» **THE INPUT**
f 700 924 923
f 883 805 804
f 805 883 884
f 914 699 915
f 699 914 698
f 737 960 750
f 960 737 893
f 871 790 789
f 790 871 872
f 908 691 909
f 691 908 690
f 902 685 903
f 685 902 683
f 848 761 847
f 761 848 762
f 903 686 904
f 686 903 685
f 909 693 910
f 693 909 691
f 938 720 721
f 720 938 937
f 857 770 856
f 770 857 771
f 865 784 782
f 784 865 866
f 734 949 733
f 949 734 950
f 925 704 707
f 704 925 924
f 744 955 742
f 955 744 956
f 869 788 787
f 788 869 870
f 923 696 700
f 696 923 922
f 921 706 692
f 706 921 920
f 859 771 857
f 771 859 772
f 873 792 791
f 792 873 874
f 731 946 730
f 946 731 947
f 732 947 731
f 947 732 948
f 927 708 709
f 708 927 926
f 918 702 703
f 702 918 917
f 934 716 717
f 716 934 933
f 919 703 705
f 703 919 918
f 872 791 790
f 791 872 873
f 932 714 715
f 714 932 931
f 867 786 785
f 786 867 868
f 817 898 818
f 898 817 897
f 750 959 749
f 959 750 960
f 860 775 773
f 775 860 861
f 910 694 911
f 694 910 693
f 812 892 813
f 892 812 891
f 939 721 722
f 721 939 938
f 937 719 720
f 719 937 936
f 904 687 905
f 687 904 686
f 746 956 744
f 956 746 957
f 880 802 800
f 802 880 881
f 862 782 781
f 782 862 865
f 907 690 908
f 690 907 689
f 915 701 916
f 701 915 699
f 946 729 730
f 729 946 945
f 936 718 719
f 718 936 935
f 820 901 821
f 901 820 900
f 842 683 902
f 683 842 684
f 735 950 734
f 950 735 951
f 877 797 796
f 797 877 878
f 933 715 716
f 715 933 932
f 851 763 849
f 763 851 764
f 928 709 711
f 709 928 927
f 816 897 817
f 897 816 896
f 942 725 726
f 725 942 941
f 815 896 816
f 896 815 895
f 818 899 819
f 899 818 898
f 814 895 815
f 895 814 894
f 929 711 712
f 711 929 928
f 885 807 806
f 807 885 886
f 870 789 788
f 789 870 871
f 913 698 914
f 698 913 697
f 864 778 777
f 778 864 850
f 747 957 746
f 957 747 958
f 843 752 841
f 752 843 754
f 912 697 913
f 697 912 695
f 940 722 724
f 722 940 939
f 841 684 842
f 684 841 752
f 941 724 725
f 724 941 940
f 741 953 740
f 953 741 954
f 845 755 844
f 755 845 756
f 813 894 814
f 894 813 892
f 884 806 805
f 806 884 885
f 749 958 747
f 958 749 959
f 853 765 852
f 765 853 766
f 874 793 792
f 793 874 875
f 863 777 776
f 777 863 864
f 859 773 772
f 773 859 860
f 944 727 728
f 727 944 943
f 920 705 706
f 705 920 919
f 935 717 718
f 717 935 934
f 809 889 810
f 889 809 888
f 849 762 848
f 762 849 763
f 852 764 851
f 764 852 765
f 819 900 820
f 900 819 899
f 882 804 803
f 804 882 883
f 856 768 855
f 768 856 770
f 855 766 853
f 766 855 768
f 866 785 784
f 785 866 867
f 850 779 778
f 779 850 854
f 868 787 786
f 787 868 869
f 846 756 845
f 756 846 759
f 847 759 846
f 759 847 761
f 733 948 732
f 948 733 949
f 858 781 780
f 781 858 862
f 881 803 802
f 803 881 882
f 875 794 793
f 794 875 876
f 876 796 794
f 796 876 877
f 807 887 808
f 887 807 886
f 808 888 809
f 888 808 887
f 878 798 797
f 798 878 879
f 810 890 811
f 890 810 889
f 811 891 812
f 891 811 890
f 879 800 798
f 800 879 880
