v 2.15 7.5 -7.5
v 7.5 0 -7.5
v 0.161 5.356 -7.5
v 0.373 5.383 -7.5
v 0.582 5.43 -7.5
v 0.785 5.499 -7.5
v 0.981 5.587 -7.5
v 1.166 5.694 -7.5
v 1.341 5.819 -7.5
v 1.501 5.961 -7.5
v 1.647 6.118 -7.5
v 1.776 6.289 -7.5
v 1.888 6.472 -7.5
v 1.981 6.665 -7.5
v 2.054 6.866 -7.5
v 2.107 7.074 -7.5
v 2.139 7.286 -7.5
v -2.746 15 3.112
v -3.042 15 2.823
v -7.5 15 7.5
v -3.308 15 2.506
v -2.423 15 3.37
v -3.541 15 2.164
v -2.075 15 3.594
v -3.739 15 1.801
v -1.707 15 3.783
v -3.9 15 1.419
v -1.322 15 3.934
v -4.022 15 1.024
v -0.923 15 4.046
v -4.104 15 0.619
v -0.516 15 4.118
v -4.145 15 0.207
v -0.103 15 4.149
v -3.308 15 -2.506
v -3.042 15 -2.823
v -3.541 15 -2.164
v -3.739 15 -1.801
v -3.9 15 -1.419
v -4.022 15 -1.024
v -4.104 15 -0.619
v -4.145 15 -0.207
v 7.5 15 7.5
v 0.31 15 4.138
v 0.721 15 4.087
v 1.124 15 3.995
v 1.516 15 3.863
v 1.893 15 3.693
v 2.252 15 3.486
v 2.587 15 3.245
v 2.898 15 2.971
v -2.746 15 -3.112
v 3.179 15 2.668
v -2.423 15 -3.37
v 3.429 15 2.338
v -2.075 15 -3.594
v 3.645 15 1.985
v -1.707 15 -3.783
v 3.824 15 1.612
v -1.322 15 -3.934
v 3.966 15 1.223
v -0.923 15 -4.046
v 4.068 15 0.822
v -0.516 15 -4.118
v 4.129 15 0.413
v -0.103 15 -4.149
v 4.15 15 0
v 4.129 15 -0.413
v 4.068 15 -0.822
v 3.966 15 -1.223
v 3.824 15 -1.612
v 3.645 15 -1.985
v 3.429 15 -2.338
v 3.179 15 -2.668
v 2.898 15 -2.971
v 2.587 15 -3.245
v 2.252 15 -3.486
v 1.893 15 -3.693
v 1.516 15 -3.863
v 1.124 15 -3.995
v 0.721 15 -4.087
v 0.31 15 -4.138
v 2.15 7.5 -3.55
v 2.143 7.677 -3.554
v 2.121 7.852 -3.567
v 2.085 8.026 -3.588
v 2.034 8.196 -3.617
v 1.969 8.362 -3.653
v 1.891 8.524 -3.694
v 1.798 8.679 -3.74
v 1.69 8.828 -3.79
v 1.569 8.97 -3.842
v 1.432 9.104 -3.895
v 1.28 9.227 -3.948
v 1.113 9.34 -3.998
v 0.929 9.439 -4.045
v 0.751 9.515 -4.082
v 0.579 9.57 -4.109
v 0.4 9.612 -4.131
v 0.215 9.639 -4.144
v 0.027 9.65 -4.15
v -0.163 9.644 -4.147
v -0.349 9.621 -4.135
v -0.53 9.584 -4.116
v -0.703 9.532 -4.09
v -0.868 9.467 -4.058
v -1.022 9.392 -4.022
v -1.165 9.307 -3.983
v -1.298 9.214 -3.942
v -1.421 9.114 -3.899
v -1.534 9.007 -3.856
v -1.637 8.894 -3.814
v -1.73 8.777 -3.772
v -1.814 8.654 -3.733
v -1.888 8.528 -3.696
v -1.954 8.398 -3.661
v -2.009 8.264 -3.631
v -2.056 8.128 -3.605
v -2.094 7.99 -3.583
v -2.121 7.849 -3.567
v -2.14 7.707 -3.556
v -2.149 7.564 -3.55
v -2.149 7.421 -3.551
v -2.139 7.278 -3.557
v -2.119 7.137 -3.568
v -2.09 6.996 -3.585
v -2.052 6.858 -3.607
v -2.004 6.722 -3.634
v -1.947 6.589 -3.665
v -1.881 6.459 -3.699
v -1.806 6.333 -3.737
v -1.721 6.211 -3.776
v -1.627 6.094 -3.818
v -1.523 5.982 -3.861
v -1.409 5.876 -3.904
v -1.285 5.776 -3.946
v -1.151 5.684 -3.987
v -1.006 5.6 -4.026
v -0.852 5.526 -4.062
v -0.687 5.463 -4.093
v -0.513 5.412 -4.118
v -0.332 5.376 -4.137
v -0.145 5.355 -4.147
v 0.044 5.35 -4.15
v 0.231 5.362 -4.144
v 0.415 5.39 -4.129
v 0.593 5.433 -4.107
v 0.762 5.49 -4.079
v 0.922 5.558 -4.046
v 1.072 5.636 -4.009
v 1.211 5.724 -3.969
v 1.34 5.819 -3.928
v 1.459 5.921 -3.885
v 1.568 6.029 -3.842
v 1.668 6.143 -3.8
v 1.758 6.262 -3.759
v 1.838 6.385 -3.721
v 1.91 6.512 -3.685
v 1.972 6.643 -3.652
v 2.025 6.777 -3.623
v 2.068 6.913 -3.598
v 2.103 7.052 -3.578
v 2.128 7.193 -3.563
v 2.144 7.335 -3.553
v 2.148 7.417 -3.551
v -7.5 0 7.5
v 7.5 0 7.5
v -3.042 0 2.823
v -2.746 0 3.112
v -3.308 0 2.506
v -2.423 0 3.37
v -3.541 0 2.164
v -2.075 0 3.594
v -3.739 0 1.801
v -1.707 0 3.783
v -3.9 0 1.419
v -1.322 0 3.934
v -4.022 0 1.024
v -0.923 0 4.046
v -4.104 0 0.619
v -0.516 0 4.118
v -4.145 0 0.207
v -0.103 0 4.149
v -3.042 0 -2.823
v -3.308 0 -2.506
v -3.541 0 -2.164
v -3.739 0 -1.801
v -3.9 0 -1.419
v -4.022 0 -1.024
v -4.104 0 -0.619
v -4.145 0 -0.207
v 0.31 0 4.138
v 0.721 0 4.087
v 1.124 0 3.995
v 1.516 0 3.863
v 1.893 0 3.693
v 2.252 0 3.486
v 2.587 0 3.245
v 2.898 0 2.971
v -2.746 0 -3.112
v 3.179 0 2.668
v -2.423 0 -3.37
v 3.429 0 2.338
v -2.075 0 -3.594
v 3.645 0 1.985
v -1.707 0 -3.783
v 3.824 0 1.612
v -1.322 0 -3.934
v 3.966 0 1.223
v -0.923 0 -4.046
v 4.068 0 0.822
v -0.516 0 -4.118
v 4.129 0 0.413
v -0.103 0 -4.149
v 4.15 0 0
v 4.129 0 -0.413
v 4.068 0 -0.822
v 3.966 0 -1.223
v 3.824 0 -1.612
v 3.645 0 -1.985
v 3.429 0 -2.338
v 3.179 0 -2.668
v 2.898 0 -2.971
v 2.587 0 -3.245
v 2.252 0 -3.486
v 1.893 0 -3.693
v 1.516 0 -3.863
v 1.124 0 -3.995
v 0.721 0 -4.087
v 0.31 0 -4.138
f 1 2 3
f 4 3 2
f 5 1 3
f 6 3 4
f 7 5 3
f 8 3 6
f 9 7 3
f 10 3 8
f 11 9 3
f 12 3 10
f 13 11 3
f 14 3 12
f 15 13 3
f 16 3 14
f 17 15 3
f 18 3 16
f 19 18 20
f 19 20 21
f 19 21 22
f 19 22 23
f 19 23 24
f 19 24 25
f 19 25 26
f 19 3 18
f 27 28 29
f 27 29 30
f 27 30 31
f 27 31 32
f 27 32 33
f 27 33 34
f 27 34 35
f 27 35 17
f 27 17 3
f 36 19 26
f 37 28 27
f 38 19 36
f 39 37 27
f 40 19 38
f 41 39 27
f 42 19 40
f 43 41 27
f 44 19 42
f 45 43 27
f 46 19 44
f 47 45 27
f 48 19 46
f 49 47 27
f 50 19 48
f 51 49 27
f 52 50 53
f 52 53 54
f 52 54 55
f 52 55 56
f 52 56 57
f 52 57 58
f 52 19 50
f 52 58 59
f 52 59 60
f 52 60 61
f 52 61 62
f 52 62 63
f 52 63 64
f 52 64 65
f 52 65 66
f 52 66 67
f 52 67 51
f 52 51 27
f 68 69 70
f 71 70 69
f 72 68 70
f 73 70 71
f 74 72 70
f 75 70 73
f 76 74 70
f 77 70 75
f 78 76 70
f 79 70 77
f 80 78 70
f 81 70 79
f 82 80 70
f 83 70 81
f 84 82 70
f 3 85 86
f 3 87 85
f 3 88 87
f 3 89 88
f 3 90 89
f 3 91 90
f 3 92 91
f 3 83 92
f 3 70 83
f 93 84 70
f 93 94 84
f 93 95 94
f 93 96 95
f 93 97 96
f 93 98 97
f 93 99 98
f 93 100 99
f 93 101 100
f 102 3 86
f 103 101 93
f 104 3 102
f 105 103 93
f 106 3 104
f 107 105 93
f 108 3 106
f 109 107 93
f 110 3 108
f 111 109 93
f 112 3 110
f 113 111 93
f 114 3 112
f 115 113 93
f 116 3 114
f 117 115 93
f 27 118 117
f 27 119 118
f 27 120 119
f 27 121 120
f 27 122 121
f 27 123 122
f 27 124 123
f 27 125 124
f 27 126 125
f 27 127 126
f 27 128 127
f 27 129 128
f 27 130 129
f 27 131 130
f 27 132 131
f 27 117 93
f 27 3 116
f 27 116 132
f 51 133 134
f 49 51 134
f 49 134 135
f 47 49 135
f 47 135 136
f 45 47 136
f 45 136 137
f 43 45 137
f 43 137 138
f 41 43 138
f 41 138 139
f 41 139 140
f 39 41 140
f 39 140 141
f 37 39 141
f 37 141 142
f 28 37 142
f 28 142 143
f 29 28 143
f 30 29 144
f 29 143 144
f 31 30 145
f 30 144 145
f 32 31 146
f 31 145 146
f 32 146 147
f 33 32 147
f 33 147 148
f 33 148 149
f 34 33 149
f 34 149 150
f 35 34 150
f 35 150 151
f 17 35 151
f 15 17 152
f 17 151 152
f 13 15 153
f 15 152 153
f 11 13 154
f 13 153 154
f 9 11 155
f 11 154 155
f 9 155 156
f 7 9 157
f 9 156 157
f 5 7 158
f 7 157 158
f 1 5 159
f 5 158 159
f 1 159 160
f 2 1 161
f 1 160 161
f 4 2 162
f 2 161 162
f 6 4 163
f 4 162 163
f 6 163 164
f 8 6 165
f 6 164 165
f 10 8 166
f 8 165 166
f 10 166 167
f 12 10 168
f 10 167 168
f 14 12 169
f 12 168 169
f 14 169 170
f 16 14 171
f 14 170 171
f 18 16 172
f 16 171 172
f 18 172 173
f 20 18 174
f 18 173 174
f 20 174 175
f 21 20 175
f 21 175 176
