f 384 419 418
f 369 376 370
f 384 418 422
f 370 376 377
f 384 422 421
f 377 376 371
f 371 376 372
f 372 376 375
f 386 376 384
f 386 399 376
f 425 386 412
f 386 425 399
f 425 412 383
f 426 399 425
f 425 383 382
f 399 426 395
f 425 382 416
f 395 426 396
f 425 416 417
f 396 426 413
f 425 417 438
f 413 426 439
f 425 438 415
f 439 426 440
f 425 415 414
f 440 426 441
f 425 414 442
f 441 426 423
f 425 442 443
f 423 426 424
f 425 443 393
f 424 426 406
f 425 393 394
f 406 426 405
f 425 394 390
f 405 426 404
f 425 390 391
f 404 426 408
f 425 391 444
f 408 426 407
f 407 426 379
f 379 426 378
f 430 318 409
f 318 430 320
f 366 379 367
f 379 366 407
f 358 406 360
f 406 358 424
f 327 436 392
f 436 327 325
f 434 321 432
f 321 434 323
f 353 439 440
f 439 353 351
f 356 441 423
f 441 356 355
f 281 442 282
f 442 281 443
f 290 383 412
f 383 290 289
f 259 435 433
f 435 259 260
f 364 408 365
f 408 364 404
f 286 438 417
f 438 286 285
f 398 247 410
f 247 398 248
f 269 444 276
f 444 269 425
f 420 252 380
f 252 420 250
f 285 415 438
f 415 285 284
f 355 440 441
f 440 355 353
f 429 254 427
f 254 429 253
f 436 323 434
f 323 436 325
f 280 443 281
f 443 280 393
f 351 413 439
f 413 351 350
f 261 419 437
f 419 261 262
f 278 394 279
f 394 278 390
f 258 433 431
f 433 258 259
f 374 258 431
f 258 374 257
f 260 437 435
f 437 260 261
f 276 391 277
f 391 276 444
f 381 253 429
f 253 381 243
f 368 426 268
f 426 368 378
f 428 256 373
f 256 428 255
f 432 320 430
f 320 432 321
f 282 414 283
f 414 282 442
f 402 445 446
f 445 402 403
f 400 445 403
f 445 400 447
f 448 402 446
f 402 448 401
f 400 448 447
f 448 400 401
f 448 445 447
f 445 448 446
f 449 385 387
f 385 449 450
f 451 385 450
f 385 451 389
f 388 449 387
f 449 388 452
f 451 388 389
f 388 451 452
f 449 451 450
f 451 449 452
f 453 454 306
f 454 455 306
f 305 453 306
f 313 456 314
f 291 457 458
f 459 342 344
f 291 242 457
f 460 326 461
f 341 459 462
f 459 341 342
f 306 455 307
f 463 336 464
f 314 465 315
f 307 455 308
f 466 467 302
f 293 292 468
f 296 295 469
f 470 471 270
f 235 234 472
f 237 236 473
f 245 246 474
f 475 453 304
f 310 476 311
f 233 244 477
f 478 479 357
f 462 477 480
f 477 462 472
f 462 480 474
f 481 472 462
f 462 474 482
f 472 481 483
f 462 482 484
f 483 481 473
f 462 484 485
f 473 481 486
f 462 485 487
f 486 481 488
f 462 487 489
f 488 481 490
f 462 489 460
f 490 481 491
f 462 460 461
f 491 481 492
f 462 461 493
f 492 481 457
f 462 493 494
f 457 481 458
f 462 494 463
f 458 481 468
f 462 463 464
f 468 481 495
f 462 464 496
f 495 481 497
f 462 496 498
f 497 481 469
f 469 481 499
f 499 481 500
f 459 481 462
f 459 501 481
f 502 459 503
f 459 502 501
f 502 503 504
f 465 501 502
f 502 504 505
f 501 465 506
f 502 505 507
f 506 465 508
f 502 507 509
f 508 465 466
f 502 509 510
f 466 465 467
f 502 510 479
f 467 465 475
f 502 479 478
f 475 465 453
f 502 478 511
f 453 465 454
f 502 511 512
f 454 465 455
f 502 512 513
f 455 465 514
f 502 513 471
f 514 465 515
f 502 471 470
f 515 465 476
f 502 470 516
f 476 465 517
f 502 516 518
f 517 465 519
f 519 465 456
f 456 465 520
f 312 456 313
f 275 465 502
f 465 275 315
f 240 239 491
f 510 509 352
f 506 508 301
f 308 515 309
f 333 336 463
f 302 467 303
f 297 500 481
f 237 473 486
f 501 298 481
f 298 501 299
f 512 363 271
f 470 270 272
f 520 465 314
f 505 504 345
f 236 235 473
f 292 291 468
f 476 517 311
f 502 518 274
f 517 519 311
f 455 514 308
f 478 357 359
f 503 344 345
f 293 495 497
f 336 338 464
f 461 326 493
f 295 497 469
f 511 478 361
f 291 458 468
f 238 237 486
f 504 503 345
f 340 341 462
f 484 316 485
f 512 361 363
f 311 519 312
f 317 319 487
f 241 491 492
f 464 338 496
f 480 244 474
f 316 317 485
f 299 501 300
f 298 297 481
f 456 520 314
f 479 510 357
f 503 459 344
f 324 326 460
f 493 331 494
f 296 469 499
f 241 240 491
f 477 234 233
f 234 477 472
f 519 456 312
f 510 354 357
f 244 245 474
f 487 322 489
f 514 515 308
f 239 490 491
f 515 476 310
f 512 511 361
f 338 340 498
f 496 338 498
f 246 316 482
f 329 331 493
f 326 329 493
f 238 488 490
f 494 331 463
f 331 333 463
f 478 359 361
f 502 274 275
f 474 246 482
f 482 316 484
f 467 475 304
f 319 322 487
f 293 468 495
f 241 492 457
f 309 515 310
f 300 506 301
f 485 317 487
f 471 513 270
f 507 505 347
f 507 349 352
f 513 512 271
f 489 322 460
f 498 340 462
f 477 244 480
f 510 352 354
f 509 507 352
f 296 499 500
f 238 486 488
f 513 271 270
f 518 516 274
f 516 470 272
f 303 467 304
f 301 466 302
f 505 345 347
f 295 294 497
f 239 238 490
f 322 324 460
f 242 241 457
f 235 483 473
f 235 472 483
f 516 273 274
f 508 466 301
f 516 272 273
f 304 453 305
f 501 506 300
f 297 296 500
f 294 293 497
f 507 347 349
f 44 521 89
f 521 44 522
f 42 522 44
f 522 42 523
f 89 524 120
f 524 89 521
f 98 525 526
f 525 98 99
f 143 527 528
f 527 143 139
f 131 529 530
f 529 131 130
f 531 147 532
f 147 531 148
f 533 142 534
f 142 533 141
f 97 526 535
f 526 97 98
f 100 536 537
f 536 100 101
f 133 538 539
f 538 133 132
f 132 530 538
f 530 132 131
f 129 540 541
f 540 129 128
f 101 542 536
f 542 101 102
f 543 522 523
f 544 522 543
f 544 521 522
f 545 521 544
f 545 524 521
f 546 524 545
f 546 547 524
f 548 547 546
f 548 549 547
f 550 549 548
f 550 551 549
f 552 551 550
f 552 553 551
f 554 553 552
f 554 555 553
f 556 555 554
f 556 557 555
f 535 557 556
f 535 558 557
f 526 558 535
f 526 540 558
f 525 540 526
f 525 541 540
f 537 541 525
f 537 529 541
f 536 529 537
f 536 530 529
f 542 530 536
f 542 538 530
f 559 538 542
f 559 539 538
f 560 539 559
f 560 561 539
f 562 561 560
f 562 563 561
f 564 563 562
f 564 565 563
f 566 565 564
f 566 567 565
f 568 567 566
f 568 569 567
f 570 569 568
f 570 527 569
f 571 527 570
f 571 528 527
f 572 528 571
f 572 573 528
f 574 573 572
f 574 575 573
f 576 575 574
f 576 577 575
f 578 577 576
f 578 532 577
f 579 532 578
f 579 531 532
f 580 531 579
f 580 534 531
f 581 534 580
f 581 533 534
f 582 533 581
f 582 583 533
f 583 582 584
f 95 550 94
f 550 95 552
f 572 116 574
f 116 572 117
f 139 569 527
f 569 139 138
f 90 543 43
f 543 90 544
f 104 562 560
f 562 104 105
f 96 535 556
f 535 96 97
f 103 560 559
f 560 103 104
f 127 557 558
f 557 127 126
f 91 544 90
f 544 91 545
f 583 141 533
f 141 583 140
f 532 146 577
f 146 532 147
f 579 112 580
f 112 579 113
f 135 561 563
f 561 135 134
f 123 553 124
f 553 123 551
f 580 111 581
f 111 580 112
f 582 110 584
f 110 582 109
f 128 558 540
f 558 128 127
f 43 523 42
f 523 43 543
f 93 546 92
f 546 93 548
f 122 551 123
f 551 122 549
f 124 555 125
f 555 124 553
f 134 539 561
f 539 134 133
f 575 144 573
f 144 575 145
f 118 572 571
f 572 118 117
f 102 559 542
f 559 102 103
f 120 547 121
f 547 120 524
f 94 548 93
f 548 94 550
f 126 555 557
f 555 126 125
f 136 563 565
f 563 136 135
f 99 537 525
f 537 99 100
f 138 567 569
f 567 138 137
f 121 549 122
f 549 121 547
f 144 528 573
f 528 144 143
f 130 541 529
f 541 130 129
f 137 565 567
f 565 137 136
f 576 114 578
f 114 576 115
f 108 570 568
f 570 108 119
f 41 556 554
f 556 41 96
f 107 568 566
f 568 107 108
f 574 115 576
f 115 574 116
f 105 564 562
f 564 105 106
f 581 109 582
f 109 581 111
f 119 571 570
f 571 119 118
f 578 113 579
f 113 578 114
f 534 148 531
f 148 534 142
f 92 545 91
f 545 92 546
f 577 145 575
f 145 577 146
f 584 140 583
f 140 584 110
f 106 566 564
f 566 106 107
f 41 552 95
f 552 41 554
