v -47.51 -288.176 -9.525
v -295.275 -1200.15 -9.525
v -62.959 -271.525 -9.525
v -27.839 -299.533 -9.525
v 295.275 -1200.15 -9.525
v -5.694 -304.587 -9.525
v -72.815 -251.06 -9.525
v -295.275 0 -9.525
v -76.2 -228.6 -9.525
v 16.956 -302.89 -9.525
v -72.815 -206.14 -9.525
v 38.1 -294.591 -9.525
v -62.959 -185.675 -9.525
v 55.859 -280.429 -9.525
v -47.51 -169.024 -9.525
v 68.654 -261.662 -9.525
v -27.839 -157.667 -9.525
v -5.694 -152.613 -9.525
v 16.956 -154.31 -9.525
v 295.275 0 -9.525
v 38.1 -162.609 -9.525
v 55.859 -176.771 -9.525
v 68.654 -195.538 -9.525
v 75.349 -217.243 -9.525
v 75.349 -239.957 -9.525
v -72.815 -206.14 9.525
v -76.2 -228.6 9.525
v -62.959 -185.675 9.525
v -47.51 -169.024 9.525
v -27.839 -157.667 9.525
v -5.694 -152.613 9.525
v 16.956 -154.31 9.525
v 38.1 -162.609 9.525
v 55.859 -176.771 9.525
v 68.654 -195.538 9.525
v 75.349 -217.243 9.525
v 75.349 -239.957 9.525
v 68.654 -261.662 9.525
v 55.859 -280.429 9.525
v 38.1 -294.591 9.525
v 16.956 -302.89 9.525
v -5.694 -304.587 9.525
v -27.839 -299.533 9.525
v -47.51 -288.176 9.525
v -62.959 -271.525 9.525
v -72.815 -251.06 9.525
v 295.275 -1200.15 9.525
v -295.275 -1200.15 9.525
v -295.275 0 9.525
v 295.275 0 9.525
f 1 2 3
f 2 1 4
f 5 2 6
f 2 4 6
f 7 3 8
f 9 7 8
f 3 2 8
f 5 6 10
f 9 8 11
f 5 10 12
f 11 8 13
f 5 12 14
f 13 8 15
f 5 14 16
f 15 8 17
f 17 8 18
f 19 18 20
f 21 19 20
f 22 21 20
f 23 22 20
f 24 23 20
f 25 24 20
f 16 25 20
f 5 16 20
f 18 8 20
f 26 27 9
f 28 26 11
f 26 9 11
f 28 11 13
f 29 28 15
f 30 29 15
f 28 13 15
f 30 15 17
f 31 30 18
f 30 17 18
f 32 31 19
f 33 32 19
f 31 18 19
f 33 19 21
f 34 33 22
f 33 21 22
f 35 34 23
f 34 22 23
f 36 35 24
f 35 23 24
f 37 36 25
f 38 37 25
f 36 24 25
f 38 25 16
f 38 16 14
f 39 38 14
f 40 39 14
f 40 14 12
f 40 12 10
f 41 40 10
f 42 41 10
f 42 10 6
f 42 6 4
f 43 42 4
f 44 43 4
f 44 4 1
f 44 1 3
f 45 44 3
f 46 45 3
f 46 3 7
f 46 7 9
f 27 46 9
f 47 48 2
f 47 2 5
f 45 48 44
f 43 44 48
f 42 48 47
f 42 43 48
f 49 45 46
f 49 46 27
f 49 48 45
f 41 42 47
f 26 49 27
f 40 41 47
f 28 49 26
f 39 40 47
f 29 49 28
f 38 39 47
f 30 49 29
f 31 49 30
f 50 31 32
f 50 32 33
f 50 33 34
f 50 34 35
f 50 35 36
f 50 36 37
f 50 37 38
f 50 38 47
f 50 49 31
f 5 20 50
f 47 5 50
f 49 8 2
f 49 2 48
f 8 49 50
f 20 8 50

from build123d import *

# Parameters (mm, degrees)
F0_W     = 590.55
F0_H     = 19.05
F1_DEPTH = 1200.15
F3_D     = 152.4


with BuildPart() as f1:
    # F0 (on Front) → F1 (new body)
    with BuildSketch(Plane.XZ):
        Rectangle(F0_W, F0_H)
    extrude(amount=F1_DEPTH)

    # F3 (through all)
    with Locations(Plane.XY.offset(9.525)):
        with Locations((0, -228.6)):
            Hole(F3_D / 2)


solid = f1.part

» **YOUR GOAL**
Starting from the first line of the records above, retype each line exactly up to and including the one that contains "f 949 734 950", and nothing more.

» **TASK OUTPUT**
f 700 924 923
f 883 805 804
f 805 883 884
f 914 699 915
f 699 914 698
f 737 960 750
f 960 737 893
f 871 790 789
f 790 871 872
f 908 691 909
f 691 908 690
f 902 685 903
f 685 902 683
f 848 761 847
f 761 848 762
f 903 686 904
f 686 903 685
f 909 693 910
f 693 909 691
f 938 720 721
f 720 938 937
f 857 770 856
f 770 857 771
f 865 784 782
f 784 865 866
f 734 949 733
f 949 734 950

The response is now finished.